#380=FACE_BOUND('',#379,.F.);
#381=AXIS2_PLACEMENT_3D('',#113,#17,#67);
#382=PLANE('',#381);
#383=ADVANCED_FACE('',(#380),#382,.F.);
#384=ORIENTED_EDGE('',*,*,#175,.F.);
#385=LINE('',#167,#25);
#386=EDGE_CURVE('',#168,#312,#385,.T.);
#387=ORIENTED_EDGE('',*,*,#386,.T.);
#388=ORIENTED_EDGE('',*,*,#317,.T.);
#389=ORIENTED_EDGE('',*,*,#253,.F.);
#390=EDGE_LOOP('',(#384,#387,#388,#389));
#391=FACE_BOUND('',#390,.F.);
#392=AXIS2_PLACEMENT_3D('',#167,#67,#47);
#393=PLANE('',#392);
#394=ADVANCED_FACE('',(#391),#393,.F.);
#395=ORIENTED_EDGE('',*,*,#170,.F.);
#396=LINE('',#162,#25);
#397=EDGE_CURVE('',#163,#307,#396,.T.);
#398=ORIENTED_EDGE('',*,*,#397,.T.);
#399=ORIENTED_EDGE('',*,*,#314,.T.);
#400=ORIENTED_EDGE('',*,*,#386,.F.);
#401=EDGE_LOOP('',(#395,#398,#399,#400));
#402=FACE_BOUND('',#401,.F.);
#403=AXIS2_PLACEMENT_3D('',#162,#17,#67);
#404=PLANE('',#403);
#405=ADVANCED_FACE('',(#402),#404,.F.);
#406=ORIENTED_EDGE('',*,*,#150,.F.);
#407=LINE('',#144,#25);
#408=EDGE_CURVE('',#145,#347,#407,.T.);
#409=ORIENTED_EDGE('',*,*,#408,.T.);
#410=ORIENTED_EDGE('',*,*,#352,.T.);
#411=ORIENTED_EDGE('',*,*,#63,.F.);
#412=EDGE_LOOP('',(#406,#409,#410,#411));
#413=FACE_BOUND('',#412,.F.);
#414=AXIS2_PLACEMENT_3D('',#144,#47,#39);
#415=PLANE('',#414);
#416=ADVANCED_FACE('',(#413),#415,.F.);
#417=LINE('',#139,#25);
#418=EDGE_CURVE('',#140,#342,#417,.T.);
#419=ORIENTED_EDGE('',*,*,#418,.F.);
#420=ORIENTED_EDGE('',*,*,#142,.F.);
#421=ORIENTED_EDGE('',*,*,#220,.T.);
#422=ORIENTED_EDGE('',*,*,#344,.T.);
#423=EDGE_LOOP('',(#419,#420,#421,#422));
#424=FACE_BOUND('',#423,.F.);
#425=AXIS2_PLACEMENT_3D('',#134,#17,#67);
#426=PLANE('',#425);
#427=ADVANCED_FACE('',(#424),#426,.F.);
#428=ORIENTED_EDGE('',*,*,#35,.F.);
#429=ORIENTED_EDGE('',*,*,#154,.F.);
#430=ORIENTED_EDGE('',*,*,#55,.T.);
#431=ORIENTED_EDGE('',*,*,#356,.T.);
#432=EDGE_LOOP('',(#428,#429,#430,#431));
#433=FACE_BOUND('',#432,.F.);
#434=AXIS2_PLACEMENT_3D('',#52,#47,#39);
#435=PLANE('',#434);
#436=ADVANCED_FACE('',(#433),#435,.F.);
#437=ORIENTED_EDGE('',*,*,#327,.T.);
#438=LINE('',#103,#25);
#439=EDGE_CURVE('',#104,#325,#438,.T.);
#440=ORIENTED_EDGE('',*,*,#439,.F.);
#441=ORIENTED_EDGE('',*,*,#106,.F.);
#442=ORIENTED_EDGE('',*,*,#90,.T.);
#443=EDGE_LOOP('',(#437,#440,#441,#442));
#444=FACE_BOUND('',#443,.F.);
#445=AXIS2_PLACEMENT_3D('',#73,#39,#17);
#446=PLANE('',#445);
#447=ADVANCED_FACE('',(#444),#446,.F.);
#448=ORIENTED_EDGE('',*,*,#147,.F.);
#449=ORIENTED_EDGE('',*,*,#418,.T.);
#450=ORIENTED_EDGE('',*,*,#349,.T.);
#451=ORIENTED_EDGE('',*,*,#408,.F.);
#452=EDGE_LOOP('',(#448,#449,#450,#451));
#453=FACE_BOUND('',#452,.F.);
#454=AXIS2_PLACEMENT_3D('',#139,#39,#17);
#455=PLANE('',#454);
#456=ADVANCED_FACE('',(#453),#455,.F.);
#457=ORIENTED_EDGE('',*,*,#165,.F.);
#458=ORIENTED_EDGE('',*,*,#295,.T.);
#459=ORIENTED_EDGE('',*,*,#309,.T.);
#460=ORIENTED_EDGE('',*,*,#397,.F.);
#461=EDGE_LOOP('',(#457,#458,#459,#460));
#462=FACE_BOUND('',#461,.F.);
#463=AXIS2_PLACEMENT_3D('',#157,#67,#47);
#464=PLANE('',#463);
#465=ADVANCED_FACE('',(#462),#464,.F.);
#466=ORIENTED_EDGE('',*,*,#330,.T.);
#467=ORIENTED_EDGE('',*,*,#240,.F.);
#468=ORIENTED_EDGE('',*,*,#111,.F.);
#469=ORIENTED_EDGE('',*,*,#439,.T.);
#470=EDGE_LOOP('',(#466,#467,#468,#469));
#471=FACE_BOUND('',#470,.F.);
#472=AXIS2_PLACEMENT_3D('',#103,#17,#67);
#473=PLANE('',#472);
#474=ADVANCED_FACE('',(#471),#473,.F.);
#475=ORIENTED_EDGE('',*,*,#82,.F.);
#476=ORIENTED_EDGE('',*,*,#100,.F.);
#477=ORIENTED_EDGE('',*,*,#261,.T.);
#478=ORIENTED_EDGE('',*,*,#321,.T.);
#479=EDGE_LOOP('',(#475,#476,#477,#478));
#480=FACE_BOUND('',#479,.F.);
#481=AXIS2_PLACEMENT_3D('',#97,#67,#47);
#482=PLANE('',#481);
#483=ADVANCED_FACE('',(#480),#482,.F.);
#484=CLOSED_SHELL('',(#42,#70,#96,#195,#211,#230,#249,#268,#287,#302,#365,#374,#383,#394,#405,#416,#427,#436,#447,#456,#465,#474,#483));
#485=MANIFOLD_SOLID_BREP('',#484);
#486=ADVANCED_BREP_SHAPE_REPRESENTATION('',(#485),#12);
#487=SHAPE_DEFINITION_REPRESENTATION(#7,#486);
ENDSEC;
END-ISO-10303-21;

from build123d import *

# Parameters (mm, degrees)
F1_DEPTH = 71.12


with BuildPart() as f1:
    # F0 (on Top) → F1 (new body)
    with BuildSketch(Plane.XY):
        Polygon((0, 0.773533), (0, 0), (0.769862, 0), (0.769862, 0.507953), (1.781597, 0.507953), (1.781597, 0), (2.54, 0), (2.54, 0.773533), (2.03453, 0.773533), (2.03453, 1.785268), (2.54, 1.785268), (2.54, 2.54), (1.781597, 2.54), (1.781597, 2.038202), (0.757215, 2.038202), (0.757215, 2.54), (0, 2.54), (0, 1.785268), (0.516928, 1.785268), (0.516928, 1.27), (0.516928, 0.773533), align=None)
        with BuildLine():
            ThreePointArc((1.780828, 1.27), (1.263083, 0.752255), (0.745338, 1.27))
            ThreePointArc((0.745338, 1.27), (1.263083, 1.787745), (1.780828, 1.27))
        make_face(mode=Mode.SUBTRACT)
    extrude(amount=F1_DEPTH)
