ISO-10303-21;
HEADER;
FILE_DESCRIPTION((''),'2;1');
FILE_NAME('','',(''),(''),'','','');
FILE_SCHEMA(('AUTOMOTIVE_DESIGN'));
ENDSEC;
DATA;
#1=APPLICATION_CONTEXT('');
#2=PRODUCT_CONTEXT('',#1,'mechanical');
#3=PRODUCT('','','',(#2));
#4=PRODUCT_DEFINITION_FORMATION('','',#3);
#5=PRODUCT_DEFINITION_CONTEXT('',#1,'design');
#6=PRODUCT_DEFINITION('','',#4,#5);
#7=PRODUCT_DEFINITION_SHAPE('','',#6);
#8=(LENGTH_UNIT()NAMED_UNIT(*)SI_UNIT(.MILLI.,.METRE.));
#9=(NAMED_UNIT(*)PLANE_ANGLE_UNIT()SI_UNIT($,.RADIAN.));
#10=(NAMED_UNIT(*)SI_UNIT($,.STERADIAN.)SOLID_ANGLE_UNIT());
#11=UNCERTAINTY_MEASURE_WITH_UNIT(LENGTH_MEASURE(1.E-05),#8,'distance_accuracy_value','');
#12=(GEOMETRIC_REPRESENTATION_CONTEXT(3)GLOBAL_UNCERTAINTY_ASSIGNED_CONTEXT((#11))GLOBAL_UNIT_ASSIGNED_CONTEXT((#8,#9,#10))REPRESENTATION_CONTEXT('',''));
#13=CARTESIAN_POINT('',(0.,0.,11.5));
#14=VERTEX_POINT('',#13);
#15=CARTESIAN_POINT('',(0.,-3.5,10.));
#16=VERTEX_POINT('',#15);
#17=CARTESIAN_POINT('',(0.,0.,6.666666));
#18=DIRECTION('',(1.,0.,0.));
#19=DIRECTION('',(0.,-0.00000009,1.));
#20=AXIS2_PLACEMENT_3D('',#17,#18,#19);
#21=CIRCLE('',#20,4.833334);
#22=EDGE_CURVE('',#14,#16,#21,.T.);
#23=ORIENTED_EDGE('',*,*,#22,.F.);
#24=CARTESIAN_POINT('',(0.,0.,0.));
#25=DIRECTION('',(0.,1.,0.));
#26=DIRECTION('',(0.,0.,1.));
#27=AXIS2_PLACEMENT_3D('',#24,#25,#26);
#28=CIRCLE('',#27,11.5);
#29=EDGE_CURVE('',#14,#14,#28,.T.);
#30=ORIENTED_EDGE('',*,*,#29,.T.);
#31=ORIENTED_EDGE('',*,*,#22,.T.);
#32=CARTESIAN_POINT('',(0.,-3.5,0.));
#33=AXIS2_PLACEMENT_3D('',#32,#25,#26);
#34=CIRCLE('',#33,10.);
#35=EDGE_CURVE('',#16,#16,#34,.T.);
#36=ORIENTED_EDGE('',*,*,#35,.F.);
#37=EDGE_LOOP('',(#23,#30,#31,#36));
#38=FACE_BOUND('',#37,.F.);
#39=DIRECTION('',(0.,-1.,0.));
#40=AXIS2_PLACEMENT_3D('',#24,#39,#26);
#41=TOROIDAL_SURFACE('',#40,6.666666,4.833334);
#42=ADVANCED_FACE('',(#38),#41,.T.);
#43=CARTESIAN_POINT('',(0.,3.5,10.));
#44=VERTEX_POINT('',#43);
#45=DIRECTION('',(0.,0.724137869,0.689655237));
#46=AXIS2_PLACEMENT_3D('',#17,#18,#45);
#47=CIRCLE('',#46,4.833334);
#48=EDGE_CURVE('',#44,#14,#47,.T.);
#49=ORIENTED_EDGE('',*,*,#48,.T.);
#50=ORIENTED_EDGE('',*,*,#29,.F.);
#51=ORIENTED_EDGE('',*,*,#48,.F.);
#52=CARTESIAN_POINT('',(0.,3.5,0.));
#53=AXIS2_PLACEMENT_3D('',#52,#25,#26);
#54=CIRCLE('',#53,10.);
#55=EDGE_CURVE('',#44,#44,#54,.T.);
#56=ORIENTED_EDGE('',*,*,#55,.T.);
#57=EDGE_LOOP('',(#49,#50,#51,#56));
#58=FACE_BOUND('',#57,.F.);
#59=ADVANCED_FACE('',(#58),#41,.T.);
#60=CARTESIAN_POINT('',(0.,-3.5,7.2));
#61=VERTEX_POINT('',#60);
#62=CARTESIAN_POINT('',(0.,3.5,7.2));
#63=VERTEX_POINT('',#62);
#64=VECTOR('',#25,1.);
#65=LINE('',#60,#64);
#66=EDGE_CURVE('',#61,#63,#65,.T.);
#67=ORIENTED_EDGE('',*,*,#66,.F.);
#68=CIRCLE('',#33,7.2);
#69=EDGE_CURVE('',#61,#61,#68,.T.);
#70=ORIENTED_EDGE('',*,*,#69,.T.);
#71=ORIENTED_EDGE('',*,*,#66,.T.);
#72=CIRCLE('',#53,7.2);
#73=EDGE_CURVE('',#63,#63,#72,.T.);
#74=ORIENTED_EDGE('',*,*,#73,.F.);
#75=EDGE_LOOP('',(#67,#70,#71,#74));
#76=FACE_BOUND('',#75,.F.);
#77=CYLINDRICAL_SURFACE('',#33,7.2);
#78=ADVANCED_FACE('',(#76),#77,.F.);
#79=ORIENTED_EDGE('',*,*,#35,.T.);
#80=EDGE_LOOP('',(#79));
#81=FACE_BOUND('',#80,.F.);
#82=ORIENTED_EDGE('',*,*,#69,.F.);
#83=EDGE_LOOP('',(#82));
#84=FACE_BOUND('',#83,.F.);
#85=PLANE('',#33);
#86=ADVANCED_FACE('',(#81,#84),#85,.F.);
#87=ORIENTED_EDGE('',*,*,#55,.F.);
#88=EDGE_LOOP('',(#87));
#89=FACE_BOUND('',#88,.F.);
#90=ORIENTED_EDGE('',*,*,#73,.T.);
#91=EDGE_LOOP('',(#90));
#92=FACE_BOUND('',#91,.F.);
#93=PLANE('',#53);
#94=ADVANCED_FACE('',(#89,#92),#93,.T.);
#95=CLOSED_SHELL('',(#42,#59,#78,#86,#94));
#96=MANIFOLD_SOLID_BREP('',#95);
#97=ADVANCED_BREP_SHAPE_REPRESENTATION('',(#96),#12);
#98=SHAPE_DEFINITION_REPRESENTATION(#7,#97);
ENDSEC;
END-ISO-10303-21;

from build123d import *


with BuildPart() as f1:
    # F0 (on Right) → F1 (revolve)
    with BuildSketch(Plane.YZ):
        with BuildLine():
            Line((-3.5, 10), (-3.5, 7.2))
            Line((-3.5, 7.2), (3.5, 7.2))
            Line((3.5, 7.2), (3.5, 10))
            ThreePointArc((3.5, 10), (1.903943, 11.109201), (0, 11.5))
            ThreePointArc((0, 11.5), (-1.903943, 11.109201), (-3.5, 10))
        make_face()
    revolve(axis=Axis((0, 0, 0), (0, 1, 0)))


solid = f1.part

■ ■ ■ ■

All lines in the data above from the one with "#52=CARTESIAN_POINT('',(0.,3.5,0.));" through the one with "#84=FACE_BOUND('',#83,.F.);" must be repeated exactly, and no others.

#52=CARTESIAN_POINT('',(0.,3.5,0.));
#53=AXIS2_PLACEMENT_3D('',#52,#25,#26);
#54=CIRCLE('',#53,10.);
#55=EDGE_CURVE('',#44,#44,#54,.T.);
#56=ORIENTED_EDGE('',*,*,#55,.T.);
#57=EDGE_LOOP('',(#49,#50,#51,#56));
#58=FACE_BOUND('',#57,.F.);
#59=ADVANCED_FACE('',(#58),#41,.T.);
#60=CARTESIAN_POINT('',(0.,-3.5,7.2));
#61=VERTEX_POINT('',#60);
#62=CARTESIAN_POINT('',(0.,3.5,7.2));
#63=VERTEX_POINT('',#62);
#64=VECTOR('',#25,1.);
#65=LINE('',#60,#64);
#66=EDGE_CURVE('',#61,#63,#65,.T.);
#67=ORIENTED_EDGE('',*,*,#66,.F.);
#68=CIRCLE('',#33,7.2);
#69=EDGE_CURVE('',#61,#61,#68,.T.);
#70=ORIENTED_EDGE('',*,*,#69,.T.);
#71=ORIENTED_EDGE('',*,*,#66,.T.);
#72=CIRCLE('',#53,7.2);
#73=EDGE_CURVE('',#63,#63,#72,.T.);
#74=ORIENTED_EDGE('',*,*,#73,.F.);
#75=EDGE_LOOP('',(#67,#70,#71,#74));
#76=FACE_BOUND('',#75,.F.);
#77=CYLINDRICAL_SURFACE('',#33,7.2);
#78=ADVANCED_FACE('',(#76),#77,.F.);
#79=ORIENTED_EDGE('',*,*,#35,.T.);
#80=EDGE_LOOP('',(#79));
#81=FACE_BOUND('',#80,.F.);
#82=ORIENTED_EDGE('',*,*,#69,.F.);
#83=EDGE_LOOP('',(#82));
#84=FACE_BOUND('',#83,.F.);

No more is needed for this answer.